What is expected> What do the lines from the top of the data through the line with "face PLANE(AX(P(5.5,0,-0.654639),D(0,0,-1),D(0,1,0))) rev" say? Quote them exactly and include both ends.
───── Listed entries ─────
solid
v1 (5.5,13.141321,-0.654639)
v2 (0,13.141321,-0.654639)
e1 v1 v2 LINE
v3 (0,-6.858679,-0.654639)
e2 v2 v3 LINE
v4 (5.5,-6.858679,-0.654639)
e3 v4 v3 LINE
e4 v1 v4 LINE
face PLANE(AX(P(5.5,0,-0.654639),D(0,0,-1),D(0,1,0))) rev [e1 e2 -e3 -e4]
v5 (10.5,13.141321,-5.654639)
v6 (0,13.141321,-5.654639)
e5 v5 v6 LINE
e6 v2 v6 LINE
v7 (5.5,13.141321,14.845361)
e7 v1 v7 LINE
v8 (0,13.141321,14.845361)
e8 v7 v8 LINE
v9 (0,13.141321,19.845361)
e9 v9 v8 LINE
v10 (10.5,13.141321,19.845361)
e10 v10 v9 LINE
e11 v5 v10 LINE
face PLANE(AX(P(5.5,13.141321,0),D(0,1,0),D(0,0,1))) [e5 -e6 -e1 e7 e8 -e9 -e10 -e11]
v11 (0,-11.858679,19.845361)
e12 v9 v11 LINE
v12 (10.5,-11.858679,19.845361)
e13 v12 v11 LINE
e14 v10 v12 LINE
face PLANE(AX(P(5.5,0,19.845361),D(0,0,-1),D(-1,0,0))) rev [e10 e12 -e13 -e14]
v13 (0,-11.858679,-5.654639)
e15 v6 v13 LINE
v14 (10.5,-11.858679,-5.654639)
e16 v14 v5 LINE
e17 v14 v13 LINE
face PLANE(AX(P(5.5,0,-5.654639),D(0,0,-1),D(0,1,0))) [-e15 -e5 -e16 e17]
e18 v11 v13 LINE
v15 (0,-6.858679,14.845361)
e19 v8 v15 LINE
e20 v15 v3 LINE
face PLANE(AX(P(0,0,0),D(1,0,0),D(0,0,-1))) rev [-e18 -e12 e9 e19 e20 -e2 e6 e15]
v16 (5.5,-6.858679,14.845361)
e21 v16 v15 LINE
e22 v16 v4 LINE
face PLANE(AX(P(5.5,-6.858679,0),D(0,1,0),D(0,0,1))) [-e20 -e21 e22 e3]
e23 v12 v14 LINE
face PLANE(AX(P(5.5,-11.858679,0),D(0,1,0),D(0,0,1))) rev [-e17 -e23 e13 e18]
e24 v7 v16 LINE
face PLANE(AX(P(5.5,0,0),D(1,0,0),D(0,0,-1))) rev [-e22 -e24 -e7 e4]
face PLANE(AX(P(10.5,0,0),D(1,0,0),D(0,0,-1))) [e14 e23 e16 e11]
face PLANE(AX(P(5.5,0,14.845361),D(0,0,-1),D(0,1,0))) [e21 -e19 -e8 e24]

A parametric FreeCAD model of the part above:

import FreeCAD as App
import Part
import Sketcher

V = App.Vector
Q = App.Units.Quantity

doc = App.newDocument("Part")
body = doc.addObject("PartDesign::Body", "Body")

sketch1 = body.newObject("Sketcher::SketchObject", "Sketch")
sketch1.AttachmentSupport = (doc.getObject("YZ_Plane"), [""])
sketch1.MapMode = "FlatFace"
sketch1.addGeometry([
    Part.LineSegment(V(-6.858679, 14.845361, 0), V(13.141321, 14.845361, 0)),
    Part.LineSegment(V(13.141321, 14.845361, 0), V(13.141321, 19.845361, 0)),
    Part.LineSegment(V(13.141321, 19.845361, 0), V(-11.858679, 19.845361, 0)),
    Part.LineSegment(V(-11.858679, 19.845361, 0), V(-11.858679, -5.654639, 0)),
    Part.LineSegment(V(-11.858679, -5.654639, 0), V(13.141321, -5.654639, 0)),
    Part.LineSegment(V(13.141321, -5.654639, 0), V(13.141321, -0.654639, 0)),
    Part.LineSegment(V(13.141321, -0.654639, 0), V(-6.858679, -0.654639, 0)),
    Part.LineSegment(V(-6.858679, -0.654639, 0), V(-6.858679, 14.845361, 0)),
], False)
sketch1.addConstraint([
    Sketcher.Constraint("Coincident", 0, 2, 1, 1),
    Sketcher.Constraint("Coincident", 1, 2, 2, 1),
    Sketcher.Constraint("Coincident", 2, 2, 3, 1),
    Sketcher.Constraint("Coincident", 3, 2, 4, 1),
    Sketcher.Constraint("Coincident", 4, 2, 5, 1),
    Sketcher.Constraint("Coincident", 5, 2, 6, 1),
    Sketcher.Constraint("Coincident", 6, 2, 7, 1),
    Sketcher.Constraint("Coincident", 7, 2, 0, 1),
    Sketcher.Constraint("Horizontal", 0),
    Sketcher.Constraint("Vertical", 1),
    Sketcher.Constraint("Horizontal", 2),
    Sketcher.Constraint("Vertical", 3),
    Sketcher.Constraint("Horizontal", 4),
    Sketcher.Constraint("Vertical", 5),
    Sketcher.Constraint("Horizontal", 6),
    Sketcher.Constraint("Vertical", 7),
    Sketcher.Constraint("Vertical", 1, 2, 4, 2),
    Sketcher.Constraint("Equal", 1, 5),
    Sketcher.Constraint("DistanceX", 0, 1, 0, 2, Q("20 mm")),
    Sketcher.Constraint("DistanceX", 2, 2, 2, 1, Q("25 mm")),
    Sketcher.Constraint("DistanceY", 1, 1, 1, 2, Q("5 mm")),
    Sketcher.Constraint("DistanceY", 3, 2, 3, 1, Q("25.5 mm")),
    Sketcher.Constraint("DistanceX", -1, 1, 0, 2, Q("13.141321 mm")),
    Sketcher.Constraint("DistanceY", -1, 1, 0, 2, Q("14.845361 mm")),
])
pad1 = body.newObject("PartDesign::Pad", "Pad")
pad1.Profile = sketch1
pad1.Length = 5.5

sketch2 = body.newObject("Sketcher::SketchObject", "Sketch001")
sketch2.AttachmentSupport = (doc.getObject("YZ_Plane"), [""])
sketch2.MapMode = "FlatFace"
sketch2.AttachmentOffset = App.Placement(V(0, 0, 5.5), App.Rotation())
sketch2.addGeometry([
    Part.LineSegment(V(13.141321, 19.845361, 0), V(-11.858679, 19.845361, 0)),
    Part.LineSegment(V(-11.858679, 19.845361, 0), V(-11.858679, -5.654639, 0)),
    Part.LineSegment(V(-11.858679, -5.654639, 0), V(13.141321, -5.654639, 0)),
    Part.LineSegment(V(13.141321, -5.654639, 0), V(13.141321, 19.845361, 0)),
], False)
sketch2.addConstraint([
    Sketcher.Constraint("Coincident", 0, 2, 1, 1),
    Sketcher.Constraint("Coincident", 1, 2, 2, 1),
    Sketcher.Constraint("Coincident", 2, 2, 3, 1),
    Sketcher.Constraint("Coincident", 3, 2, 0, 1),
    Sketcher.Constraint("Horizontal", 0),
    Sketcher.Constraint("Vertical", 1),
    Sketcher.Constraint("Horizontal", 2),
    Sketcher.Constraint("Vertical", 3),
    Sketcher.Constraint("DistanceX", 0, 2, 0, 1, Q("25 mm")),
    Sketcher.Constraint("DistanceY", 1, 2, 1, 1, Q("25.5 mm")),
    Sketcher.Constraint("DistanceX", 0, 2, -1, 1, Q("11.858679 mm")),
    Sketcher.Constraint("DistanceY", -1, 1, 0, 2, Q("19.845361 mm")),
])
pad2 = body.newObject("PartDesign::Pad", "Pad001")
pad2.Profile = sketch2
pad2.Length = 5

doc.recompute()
─────
Written answer>
solid
v1 (5.5,13.141321,-0.654639)
v2 (0,13.141321,-0.654639)
e1 v1 v2 LINE
v3 (0,-6.858679,-0.654639)
e2 v2 v3 LINE
v4 (5.5,-6.858679,-0.654639)
e3 v4 v3 LINE
e4 v1 v4 LINE
face PLANE(AX(P(5.5,0,-0.654639),D(0,0,-1),D(0,1,0))) rev [e1 e2 -e3 -e4]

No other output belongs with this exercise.